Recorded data

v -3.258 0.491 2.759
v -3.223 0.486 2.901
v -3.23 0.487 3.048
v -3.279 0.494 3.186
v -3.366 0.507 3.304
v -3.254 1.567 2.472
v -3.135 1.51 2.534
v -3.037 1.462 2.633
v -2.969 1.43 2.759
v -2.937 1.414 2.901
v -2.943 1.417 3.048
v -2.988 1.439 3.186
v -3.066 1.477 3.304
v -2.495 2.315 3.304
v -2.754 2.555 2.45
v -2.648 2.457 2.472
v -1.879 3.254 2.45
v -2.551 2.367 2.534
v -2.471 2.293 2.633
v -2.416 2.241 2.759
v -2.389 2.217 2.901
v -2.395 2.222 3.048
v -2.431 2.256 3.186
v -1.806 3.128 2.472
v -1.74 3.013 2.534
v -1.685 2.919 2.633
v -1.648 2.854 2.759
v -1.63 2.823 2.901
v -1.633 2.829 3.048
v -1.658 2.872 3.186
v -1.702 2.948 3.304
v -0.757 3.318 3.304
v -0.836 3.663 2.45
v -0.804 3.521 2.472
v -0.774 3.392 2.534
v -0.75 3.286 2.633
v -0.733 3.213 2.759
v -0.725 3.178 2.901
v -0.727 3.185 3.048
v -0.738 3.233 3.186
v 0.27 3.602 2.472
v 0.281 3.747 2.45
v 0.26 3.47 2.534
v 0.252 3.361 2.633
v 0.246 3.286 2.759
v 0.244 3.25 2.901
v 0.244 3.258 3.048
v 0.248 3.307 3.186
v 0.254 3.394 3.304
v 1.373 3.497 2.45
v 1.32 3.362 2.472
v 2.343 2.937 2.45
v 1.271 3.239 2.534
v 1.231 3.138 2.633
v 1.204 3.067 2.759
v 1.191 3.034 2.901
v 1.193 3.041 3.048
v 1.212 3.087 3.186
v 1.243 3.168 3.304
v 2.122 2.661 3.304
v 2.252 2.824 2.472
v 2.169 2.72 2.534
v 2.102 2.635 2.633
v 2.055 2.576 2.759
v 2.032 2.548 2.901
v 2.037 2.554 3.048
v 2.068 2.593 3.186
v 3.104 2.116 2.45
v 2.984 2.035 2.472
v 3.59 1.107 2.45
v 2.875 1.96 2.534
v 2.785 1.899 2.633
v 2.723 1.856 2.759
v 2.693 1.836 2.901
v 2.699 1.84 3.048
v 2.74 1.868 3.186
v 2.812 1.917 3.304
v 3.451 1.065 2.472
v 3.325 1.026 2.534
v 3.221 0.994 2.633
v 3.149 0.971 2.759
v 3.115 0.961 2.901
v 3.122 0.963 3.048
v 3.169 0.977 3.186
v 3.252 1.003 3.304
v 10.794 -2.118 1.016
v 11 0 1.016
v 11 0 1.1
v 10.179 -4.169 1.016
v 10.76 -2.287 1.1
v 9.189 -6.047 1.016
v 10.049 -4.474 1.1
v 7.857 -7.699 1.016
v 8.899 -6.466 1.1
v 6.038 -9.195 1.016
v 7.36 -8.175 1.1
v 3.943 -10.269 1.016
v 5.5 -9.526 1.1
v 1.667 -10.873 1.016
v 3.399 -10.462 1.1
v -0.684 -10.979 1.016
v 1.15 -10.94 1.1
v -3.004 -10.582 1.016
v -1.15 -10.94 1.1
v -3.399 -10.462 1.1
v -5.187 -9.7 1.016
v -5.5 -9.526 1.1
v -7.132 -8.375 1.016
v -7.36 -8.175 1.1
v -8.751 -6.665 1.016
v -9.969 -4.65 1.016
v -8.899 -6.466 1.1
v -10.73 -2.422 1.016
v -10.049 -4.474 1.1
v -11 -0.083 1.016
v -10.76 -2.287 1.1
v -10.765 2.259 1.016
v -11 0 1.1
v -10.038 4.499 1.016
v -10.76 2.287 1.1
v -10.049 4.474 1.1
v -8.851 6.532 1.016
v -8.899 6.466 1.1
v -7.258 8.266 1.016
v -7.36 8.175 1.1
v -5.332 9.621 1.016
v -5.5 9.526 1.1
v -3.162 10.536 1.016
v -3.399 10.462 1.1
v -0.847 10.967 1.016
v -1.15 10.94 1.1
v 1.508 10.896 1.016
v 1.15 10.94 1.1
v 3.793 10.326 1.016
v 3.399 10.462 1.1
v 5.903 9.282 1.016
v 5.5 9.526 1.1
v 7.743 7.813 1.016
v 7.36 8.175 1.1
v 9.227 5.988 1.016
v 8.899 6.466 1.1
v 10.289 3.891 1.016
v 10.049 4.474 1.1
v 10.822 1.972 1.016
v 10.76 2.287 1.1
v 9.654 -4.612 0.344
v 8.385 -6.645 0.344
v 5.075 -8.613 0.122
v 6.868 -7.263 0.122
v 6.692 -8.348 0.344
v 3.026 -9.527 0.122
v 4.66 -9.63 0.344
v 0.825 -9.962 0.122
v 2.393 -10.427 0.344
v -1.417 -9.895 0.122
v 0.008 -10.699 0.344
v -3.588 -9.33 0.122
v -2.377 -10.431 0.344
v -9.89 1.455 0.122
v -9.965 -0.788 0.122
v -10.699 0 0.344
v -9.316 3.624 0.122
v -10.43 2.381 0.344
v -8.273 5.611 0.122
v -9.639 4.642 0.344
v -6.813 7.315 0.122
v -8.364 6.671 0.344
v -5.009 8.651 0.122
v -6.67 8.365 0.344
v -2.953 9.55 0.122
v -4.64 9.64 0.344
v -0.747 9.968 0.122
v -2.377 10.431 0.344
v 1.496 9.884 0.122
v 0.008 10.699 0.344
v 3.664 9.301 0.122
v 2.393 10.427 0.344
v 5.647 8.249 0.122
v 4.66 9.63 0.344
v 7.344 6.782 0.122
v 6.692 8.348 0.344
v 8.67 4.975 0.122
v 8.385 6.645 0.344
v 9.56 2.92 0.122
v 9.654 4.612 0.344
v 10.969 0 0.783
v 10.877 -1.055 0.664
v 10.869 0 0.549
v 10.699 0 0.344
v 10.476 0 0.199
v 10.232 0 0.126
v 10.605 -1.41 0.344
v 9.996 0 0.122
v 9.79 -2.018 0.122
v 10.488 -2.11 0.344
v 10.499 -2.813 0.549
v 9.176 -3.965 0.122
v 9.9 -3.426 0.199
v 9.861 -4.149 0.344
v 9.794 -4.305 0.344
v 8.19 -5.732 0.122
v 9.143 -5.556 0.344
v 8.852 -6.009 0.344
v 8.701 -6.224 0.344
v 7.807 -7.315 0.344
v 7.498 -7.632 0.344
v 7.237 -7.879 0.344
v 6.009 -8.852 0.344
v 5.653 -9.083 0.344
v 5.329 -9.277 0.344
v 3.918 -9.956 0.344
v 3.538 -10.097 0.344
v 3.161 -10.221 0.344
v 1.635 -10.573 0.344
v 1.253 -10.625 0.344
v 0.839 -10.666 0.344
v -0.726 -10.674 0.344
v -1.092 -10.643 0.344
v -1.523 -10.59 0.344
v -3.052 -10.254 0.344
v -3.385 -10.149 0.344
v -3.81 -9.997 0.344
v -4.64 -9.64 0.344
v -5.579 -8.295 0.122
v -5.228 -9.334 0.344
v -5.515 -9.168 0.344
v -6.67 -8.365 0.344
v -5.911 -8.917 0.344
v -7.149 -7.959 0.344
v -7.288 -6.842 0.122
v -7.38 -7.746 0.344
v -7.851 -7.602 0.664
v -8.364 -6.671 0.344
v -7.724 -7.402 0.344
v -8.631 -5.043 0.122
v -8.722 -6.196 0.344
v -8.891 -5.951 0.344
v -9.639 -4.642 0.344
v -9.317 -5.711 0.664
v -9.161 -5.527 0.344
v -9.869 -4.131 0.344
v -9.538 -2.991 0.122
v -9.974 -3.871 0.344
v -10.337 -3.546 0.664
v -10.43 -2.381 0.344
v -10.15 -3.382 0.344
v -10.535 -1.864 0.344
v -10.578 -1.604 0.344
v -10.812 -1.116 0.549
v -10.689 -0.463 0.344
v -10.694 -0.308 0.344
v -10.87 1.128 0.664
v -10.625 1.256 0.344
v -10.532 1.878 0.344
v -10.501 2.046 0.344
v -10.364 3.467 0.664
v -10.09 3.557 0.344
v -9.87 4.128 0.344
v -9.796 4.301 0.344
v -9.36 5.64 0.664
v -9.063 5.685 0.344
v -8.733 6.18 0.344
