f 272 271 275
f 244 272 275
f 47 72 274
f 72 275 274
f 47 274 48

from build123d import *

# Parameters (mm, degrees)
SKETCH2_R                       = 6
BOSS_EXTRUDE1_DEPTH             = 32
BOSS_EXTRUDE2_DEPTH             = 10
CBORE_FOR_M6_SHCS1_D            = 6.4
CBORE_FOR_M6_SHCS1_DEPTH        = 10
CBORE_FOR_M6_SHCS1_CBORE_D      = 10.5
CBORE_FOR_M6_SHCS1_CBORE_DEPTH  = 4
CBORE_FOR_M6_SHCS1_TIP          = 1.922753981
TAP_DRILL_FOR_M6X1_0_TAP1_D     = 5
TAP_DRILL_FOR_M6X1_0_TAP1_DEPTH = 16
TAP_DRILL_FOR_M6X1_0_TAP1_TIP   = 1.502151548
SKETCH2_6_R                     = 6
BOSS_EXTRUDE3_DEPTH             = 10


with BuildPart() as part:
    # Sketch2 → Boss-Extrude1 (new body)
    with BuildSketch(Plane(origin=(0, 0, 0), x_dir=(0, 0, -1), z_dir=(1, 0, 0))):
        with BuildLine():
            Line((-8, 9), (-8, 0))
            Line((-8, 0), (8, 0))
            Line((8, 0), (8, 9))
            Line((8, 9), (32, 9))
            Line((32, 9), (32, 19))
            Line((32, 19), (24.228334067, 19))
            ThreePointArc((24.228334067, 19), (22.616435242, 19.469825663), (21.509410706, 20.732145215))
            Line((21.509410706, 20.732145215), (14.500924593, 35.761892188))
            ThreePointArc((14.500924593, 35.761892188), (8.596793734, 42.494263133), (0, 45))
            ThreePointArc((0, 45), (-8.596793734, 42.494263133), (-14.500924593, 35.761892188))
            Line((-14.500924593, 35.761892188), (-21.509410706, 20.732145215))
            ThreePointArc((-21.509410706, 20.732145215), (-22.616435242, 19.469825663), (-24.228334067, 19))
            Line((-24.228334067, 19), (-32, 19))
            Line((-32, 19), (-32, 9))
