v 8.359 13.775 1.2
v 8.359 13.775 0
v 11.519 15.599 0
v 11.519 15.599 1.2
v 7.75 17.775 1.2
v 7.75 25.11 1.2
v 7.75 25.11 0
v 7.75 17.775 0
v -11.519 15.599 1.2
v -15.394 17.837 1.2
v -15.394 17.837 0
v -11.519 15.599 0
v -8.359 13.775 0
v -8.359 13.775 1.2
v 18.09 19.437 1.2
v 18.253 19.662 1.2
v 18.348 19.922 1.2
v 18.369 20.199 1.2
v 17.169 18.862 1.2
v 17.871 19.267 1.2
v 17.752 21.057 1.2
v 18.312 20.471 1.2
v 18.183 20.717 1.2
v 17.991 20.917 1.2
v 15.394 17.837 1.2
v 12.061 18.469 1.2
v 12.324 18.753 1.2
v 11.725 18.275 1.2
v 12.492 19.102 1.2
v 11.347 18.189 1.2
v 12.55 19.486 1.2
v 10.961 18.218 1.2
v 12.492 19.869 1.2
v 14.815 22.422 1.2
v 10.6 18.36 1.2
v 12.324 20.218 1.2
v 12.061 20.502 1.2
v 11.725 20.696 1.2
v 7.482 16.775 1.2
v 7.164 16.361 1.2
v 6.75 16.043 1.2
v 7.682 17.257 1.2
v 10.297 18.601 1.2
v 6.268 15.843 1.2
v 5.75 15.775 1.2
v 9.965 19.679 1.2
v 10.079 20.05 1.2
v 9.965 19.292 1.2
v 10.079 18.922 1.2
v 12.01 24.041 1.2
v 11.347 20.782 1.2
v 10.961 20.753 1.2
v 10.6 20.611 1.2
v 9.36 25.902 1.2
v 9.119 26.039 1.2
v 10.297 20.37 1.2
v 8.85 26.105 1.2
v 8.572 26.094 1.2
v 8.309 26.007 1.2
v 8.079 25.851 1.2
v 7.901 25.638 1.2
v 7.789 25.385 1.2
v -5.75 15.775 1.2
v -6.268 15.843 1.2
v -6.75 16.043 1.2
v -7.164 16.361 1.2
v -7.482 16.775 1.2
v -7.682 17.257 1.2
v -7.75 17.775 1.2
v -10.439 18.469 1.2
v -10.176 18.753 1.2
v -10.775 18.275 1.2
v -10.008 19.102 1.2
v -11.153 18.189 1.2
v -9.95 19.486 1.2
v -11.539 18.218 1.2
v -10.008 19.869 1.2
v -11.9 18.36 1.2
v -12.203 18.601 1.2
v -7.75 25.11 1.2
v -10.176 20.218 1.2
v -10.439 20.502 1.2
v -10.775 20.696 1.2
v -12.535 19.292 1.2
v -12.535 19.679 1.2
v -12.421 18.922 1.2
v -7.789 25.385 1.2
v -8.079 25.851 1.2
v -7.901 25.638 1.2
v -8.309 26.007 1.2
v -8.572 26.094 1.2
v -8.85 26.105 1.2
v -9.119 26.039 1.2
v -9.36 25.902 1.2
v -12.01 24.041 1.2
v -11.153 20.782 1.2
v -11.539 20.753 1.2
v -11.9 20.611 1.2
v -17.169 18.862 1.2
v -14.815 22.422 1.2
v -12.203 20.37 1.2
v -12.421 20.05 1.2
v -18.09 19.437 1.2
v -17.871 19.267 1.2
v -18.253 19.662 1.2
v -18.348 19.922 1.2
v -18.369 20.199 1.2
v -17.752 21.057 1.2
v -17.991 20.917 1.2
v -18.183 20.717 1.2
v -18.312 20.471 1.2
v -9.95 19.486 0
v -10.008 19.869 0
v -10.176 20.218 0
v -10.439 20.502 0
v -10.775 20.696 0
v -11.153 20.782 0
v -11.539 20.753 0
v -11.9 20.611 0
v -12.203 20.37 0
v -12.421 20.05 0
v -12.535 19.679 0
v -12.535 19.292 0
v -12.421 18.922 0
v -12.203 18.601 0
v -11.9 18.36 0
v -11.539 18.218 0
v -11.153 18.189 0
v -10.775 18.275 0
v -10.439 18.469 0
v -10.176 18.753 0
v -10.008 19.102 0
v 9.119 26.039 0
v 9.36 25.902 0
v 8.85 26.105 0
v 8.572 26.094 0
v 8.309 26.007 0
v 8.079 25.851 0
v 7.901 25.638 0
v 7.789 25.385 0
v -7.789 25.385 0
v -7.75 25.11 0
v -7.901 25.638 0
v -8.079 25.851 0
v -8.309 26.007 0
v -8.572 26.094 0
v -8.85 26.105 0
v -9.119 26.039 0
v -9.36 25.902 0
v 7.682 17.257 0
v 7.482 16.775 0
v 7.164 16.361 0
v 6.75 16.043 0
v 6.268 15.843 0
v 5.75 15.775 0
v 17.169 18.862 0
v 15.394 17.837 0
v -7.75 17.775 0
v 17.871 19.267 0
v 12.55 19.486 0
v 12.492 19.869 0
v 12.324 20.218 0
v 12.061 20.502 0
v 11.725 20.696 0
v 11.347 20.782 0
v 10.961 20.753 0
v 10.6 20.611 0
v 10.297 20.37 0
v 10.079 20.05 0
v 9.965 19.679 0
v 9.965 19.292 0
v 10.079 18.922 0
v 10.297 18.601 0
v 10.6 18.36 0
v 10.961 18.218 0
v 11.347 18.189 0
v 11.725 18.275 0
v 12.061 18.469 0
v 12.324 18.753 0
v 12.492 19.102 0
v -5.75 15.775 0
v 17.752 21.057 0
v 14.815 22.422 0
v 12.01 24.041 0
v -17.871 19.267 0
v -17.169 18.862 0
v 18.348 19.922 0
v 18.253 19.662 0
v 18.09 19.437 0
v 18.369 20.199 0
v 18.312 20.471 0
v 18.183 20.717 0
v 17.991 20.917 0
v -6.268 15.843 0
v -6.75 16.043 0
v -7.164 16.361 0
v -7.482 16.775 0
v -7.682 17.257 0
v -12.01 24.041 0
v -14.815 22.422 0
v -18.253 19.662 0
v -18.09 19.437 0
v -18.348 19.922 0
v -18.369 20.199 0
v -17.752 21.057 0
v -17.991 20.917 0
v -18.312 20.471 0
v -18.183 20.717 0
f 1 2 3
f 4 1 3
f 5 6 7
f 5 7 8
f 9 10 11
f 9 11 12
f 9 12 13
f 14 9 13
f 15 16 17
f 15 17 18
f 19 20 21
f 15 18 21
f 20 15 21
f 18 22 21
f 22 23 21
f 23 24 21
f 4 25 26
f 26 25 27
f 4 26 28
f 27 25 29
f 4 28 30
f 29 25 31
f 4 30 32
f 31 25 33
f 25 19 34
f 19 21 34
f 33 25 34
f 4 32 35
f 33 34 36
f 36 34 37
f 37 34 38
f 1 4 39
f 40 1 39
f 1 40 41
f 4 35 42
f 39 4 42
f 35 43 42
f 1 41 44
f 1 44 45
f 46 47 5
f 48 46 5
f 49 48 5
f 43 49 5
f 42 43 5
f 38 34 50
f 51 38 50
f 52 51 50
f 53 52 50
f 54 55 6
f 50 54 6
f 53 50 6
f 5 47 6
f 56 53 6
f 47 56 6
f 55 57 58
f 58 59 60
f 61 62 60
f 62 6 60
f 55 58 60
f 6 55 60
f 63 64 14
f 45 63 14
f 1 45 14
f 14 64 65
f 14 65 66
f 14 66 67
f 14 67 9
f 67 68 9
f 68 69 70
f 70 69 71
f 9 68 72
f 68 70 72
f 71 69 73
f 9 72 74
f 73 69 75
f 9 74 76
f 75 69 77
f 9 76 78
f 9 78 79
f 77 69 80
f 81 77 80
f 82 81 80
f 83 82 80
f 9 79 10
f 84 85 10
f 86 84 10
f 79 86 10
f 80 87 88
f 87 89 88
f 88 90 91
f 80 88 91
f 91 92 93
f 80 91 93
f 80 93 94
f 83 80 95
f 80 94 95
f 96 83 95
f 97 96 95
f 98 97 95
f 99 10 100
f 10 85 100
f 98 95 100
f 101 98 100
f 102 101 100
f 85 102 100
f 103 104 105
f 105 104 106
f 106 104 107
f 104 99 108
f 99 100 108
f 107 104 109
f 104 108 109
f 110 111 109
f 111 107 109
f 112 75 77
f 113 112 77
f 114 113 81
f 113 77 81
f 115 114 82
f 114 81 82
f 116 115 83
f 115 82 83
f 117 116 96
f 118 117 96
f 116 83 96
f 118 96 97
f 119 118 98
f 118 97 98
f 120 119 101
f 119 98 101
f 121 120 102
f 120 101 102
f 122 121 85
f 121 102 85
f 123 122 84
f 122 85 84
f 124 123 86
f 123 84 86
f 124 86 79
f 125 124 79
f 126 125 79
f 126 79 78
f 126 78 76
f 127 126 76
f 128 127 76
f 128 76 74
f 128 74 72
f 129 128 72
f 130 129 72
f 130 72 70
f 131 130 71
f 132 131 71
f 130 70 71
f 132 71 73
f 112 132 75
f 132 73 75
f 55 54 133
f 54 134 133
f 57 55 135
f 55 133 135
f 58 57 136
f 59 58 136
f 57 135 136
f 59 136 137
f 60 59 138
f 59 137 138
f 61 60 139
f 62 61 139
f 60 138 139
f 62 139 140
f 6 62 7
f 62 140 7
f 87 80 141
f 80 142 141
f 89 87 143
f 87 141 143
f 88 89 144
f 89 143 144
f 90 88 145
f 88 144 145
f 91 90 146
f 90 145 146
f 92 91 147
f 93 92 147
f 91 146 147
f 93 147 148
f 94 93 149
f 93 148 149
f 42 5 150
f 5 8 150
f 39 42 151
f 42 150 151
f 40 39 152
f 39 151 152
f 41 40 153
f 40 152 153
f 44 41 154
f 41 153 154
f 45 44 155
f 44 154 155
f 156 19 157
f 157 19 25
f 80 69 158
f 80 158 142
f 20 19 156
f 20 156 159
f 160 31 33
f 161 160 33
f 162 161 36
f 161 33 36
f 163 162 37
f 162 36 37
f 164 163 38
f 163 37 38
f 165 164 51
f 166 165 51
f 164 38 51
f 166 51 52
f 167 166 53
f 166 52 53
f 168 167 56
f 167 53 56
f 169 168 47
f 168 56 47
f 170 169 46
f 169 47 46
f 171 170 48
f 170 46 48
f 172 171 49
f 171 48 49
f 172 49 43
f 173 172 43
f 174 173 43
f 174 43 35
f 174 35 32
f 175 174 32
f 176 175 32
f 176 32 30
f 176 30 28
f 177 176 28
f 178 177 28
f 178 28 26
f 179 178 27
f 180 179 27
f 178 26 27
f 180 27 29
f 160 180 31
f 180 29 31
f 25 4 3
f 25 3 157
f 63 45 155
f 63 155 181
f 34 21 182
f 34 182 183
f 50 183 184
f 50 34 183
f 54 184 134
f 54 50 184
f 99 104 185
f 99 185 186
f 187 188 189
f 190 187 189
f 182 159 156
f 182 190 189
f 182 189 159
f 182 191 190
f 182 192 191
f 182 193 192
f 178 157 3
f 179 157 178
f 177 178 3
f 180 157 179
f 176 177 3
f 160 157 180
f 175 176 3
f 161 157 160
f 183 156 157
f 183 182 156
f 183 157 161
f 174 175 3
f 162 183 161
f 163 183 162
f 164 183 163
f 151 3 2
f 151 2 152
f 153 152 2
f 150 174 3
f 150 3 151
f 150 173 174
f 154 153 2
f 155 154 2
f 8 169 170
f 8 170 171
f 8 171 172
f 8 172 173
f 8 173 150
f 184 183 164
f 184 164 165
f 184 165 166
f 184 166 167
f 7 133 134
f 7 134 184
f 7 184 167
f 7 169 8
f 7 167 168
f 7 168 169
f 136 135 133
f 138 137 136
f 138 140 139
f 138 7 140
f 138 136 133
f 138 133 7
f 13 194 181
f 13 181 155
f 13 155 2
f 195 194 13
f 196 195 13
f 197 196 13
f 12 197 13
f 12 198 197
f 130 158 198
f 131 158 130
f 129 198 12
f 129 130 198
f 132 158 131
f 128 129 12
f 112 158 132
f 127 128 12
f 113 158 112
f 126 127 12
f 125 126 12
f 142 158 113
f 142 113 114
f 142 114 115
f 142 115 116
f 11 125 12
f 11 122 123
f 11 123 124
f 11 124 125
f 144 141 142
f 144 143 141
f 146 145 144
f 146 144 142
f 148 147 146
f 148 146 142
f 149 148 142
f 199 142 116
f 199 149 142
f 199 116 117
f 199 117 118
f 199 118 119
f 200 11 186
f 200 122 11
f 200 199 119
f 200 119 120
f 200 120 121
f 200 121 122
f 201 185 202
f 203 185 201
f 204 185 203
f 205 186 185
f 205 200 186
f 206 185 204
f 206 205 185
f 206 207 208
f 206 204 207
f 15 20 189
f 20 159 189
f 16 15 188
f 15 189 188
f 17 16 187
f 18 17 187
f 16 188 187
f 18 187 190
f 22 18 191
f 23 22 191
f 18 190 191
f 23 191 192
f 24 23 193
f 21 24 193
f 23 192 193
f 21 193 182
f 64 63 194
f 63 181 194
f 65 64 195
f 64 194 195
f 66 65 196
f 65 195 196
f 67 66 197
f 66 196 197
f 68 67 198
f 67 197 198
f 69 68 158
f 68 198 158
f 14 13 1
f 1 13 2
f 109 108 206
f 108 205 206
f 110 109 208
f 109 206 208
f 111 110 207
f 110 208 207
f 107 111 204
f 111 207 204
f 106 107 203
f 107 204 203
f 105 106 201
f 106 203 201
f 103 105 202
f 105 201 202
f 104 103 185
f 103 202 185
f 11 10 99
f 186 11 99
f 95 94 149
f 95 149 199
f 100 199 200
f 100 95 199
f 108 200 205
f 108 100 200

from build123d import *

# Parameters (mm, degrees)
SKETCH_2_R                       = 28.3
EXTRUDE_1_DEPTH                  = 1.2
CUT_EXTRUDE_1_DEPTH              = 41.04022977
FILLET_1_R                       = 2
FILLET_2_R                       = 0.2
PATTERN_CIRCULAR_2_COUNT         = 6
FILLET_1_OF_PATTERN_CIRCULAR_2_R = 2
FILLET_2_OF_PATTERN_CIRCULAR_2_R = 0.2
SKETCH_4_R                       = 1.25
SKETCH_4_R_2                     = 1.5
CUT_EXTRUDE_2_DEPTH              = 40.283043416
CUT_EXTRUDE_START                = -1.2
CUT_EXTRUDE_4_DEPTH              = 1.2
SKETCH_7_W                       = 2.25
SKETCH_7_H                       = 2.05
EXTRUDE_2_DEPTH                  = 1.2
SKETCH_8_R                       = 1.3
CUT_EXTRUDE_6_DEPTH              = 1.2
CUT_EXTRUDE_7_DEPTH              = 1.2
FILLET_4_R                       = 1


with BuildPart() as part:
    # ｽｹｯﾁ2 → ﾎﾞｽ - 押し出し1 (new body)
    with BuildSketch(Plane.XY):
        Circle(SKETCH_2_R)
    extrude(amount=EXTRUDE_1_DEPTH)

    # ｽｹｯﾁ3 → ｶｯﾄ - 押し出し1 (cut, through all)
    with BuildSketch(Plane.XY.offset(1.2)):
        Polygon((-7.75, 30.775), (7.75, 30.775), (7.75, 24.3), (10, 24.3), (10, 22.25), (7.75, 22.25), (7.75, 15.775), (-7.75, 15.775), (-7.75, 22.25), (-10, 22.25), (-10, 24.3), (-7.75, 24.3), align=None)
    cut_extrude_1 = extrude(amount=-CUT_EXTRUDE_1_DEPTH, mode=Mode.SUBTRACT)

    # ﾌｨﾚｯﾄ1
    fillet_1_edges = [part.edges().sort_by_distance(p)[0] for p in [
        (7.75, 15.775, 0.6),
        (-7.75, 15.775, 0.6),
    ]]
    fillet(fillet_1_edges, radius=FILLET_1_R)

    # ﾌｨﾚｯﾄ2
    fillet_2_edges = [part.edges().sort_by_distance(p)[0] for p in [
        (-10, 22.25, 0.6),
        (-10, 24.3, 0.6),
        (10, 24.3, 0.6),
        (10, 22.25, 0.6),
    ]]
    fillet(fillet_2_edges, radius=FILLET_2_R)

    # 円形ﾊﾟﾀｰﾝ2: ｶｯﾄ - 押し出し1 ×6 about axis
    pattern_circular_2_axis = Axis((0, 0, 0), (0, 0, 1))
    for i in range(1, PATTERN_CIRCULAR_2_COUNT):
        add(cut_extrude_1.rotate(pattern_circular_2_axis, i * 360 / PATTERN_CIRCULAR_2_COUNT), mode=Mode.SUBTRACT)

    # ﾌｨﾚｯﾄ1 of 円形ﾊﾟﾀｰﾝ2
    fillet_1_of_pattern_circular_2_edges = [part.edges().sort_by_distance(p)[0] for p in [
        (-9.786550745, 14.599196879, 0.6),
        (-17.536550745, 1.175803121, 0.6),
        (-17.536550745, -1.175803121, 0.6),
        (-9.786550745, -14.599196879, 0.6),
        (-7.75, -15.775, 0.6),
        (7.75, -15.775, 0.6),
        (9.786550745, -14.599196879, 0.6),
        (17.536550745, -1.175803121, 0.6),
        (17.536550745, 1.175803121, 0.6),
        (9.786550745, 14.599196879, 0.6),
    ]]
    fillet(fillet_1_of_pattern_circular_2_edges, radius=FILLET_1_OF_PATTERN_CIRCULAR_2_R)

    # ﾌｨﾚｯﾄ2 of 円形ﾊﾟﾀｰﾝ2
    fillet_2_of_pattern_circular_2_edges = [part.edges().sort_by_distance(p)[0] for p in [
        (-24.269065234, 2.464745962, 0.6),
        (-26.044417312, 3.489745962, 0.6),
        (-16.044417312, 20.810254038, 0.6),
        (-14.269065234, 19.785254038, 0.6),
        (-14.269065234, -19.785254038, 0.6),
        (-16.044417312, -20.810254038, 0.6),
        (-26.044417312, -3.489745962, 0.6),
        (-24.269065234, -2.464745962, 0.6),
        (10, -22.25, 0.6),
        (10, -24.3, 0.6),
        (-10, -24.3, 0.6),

Task prompt
Start with the line above that contains "v 8.572 26.094 1.2" and end with the line that contains "v 8.079 25.851 0". Write out those lines exactly, and only those.

Output below
v 8.572 26.094 1.2
v 8.309 26.007 1.2
v 8.079 25.851 1.2
v 7.901 25.638 1.2
v 7.789 25.385 1.2
v -5.75 15.775 1.2
v -6.268 15.843 1.2
v -6.75 16.043 1.2
v -7.164 16.361 1.2
v -7.482 16.775 1.2
v -7.682 17.257 1.2
v -7.75 17.775 1.2
v -10.439 18.469 1.2
v -10.176 18.753 1.2
v -10.775 18.275 1.2
v -10.008 19.102 1.2
v -11.153 18.189 1.2
v -9.95 19.486 1.2
v -11.539 18.218 1.2
v -10.008 19.869 1.2
v -11.9 18.36 1.2
v -12.203 18.601 1.2
v -7.75 25.11 1.2
v -10.176 20.218 1.2
v -10.439 20.502 1.2
v -10.775 20.696 1.2
v -12.535 19.292 1.2
v -12.535 19.679 1.2
v -12.421 18.922 1.2
v -7.789 25.385 1.2
v -8.079 25.851 1.2
v -7.901 25.638 1.2
v -8.309 26.007 1.2
v -8.572 26.094 1.2
v -8.85 26.105 1.2
v -9.119 26.039 1.2
v -9.36 25.902 1.2
v -12.01 24.041 1.2
v -11.153 20.782 1.2
v -11.539 20.753 1.2
v -11.9 20.611 1.2
v -17.169 18.862 1.2
v -14.815 22.422 1.2
v -12.203 20.37 1.2
v -12.421 20.05 1.2
v -18.09 19.437 1.2
v -17.871 19.267 1.2
v -18.253 19.662 1.2
v -18.348 19.922 1.2
v -18.369 20.199 1.2
v -17.752 21.057 1.2
v -17.991 20.917 1.2
v -18.183 20.717 1.2
v -18.312 20.471 1.2
v -9.95 19.486 0
v -10.008 19.869 0
v -10.176 20.218 0
v -10.439 20.502 0
v -10.775 20.696 0
v -11.153 20.782 0
v -11.539 20.753 0
v -11.9 20.611 0
v -12.203 20.37 0
v -12.421 20.05 0
v -12.535 19.679 0
v -12.535 19.292 0
v -12.421 18.922 0
v -12.203 18.601 0
v -11.9 18.36 0
v -11.539 18.218 0
v -11.153 18.189 0
v -10.775 18.275 0
v -10.439 18.469 0
v -10.176 18.753 0
v -10.008 19.102 0
v 9.119 26.039 0
v 9.36 25.902 0
v 8.85 26.105 0
v 8.572 26.094 0
v 8.309 26.007 0
v 8.079 25.851 0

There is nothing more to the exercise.